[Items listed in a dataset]
┏━━

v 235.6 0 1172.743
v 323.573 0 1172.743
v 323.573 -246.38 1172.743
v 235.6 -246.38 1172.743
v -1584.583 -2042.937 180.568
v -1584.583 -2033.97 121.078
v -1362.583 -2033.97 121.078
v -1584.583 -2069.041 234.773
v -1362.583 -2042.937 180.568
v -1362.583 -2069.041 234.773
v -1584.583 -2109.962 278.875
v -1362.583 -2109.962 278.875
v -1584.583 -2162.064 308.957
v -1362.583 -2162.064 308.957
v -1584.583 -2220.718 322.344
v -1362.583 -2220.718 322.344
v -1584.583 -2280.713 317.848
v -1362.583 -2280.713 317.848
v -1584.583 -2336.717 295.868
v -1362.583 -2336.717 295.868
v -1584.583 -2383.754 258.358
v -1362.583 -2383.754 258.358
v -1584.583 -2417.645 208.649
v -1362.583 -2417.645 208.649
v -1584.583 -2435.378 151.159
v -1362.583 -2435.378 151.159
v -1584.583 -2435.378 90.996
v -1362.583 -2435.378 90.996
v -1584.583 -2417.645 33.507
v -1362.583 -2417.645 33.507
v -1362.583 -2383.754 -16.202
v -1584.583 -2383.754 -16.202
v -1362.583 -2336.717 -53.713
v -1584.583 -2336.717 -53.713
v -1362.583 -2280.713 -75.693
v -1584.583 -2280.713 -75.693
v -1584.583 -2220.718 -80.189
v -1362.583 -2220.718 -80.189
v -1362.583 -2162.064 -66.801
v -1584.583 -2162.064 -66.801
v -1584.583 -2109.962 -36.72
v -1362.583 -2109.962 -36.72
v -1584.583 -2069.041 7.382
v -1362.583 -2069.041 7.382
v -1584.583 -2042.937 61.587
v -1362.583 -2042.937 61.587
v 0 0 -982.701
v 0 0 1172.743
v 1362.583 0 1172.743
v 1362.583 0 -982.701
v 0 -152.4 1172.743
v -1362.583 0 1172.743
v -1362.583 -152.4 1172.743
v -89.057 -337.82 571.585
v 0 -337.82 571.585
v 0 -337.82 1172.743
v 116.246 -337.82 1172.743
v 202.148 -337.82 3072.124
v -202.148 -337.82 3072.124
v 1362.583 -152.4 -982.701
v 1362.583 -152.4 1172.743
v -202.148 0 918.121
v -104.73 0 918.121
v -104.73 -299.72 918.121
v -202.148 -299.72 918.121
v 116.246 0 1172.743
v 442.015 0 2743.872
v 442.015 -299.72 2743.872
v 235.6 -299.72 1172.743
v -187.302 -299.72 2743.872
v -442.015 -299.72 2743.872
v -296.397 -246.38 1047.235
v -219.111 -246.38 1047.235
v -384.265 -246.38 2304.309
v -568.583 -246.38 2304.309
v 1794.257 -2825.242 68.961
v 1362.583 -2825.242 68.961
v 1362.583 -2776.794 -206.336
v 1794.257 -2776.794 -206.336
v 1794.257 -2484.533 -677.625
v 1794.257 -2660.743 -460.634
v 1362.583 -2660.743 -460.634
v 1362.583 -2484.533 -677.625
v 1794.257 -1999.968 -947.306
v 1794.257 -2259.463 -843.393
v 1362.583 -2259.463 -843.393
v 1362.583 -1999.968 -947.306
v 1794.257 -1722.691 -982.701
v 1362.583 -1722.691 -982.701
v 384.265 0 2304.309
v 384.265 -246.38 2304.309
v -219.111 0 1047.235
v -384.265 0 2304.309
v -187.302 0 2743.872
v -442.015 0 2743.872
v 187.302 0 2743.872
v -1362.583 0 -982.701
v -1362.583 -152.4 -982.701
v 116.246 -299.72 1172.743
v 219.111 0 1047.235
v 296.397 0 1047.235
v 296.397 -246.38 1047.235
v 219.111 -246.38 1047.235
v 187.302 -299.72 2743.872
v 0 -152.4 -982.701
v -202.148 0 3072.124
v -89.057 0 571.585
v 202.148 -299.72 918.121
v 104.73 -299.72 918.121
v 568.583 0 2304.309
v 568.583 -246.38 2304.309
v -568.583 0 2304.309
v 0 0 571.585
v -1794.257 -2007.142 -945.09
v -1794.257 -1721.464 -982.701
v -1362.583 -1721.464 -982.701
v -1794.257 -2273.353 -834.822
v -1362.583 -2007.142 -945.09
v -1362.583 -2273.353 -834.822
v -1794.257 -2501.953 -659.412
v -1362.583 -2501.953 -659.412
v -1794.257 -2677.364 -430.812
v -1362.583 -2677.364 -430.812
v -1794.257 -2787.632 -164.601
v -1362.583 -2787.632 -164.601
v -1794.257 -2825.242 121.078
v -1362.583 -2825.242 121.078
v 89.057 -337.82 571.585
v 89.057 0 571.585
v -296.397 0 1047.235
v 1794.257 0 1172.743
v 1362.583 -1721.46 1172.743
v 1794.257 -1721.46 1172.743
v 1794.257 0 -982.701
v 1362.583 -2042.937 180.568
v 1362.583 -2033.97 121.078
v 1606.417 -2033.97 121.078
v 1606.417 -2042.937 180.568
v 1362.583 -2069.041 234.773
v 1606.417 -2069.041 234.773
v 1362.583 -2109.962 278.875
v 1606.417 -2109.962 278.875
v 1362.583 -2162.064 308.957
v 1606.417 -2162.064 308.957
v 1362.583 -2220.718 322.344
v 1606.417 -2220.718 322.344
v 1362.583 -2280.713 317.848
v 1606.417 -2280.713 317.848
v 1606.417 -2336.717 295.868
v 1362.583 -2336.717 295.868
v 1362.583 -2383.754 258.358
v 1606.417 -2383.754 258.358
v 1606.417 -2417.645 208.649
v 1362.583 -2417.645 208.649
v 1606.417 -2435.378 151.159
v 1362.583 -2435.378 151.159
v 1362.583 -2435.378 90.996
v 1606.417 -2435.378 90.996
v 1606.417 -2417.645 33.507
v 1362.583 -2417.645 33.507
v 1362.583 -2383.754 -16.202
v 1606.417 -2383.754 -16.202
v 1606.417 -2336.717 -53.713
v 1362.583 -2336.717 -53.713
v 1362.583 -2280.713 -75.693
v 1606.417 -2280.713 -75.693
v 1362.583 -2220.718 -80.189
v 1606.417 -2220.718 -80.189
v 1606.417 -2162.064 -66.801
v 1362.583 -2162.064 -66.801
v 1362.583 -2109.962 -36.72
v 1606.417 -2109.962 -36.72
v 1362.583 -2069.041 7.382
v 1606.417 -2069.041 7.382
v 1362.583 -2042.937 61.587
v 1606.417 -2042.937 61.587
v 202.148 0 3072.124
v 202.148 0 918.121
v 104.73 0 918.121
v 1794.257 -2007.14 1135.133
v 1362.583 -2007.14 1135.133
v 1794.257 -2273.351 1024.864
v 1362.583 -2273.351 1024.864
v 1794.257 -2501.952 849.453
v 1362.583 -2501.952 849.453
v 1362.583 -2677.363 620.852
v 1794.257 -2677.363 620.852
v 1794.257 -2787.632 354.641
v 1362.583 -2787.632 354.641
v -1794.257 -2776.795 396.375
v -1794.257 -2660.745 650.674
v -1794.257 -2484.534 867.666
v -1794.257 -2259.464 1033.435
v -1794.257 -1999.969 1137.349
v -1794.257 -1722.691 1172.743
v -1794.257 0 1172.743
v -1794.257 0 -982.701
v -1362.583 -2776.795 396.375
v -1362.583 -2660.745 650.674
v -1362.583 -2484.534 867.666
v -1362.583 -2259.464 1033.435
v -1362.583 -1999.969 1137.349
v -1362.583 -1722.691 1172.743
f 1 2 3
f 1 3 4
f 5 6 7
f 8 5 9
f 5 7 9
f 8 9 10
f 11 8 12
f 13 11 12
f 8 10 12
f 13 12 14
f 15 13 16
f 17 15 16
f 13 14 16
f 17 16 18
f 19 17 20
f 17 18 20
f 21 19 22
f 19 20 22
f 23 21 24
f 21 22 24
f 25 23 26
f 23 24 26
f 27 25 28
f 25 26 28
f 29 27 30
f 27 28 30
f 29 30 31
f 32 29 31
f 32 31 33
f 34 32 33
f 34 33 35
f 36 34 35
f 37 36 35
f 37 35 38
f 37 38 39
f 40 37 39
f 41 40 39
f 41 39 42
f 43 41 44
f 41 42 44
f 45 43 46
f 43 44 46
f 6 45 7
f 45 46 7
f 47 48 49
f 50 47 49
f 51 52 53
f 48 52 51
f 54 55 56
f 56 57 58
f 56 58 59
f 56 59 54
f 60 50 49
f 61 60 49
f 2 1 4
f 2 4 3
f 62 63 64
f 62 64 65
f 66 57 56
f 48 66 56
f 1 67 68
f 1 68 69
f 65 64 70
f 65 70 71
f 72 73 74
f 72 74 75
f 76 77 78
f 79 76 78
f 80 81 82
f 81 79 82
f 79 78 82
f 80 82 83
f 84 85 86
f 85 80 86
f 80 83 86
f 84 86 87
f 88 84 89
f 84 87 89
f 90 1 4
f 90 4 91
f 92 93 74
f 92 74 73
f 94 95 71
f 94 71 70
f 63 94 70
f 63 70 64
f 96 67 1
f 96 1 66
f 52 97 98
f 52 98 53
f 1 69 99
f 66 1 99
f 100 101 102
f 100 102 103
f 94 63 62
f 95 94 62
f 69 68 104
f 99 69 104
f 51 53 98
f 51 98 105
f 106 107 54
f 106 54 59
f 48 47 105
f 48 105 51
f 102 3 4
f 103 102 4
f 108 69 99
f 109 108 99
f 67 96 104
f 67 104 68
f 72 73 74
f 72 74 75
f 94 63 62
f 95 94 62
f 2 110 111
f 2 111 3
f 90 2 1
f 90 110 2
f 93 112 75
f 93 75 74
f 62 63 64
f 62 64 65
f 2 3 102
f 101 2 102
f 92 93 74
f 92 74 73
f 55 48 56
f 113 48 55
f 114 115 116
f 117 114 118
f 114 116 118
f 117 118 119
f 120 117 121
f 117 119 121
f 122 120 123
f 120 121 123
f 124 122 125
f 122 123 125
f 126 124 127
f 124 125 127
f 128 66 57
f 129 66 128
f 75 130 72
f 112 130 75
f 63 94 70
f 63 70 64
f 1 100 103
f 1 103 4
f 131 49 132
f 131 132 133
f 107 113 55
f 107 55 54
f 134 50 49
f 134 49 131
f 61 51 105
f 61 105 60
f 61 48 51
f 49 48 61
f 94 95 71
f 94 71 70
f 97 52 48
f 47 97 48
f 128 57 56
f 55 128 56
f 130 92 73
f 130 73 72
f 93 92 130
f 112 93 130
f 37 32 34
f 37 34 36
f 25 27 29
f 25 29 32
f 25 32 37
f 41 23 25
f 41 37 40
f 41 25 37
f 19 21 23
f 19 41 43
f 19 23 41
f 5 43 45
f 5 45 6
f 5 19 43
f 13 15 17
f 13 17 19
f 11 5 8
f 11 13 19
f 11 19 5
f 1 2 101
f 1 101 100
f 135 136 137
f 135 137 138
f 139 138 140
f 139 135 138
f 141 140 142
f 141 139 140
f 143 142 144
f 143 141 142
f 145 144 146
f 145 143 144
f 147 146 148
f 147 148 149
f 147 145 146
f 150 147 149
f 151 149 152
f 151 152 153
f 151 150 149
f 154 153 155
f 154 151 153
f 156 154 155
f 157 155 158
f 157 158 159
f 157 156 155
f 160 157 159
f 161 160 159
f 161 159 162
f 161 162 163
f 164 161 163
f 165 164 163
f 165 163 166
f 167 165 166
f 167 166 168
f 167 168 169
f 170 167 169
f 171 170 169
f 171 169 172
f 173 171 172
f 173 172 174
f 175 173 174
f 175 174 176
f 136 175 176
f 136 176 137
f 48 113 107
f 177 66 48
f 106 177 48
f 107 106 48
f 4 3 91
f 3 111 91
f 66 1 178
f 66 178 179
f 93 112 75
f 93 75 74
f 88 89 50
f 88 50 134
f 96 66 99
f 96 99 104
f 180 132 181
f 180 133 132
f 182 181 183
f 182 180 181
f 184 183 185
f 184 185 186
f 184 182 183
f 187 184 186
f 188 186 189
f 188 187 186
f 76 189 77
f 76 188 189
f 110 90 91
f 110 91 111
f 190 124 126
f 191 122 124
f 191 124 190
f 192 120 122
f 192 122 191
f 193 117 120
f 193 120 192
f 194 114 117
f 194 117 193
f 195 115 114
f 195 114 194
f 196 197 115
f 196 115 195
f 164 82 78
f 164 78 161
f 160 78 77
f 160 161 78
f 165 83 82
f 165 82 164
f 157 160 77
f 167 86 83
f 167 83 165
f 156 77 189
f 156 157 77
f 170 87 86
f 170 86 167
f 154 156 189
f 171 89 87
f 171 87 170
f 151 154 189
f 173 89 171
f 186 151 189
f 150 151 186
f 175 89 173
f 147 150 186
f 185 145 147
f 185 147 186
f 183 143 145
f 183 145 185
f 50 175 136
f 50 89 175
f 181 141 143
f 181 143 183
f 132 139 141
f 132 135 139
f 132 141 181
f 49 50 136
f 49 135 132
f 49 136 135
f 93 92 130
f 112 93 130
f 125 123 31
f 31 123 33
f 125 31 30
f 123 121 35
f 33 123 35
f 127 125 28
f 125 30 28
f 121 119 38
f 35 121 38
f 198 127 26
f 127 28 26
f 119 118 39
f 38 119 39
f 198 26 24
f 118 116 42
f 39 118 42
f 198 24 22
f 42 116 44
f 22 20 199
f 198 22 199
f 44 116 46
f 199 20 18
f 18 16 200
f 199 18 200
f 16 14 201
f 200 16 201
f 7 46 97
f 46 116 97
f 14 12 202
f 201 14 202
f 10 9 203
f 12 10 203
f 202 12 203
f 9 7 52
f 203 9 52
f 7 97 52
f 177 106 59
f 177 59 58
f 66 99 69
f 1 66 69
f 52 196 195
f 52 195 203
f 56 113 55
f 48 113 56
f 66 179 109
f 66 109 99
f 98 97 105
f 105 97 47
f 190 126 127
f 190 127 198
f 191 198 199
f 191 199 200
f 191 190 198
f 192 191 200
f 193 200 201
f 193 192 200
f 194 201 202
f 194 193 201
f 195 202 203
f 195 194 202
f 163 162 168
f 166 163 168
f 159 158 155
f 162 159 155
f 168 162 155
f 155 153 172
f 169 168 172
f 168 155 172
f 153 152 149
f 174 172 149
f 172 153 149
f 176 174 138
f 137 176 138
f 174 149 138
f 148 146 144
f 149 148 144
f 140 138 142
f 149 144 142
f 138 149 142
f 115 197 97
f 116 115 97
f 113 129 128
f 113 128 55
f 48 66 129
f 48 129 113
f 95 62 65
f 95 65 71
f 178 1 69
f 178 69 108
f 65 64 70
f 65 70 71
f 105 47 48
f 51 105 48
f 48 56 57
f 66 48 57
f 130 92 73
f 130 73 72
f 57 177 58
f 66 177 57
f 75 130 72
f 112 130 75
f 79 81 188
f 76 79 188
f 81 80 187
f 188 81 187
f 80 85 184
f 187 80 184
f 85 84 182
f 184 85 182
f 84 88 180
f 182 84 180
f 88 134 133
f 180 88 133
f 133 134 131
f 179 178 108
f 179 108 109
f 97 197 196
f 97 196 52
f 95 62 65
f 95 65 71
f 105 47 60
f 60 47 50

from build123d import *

# Parameters (mm, degrees)
F0_W         = 431.6743224388
F0_H         = 2155.444
F1_DEPTH     = 2825.242
F0_W_2       = 1362.583
F2_DEPTH     = 152.4
F3_R         = 1103.778440717
F4_T1_DEPTH  = 5944.4309410994
F6_DEPTH     = 337.82
F7_DEPTH     = 337.82
F8_DEPTH     = 299.72
F9_DEPTH     = 299.72
F10_DEPTH    = 299.72
F11_DEPTH    = 299.72
F12_DEPTH    = 246.38
F13_DEPTH    = 246.38
F14_DEPTH    = 246.38
F15_DEPTH    = 246.38
F16_DEPTH    = 152.4
F17_DEPTH    = 2825.242
F18_R        = 1103.7824
F19_T1_DEPTH = 5944.4300053009
F20_R        = 201.8308928609
F21_DEPTH    = 222
F22_DEPTH    = 2969


# Not quite as in the source:
# - a fillet or chamfer that OpenCascade refuses, or shapes differently, is made with other operations: its cross-section is extruded or revolved along the edge and cut away or added


with BuildPart() as f1:
    # F0 (on Front) → F1 (new body)
    with BuildSketch(Plane.XZ):
        with Locations((-1578.4201612194, 95.021261747)):
            Rectangle(F0_W, F0_H)
    extrude(amount=F1_DEPTH)

    # F3
    f3_edges = [f1.edges().sort_by_distance(p)[0] for p in [
        (-1578.420161, -2825.242, -982.700738),
    ]]
    fillet(f3_edges, radius=F3_R)

    # F4: fillet of radius 1103.7824 on 1 edges, made by hand

    # F4_s2 → F4_t1 (cut)
    with BuildSketch(Plane.YZ.offset(-4550.6356317691)):
        with BuildLine():
            ThreePointArc((-2825.242, 121.077702464), (-2484.5338146575, 867.6664514598), (-1722.6906762679, 1172.743261747))
            Line((-1722.6906762679, 1172.743261747), (-2825.242, 1172.743261747))
            Line((-2825.242, 1172.743261747), (-2825.242, 121.077702464))
        make_face()
    extrude(amount=F4_T1_DEPTH, mode=Mode.SUBTRACT)

    # F20 (on face) → F21 (cut)
    with BuildSketch(Plane.YZ.offset(-1362.583)):
        with Locations((-2235.8012199402, 121.077702464)):
            Circle(F20_R)
    extrude(amount=-F21_DEPTH, mode=Mode.SUBTRACT)


with BuildPart() as f2:
    # F0 (on Front) → F2 (new body)
    with BuildSketch(Plane.XZ):
        with Locations((681.2915, 95.021261747)):
            Rectangle(F0_W_2, F0_H)
    extrude(amount=F2_DEPTH)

┗━━

The reply should consist solely of the lines above from the one that has "f 49 136 135" through the one that has "f 200 16 201", reproduced exactly.

f 49 136 135
f 93 92 130
f 112 93 130
f 125 123 31
f 31 123 33
f 125 31 30
f 123 121 35
f 33 123 35
f 127 125 28
f 125 30 28
f 121 119 38
f 35 121 38
f 198 127 26
f 127 28 26
f 119 118 39
f 38 119 39
f 198 26 24
f 118 116 42
f 39 118 42
f 198 24 22
f 42 116 44
f 22 20 199
f 198 22 199
f 44 116 46
f 199 20 18
f 18 16 200
f 199 18 200
f 16 14 201
f 200 16 201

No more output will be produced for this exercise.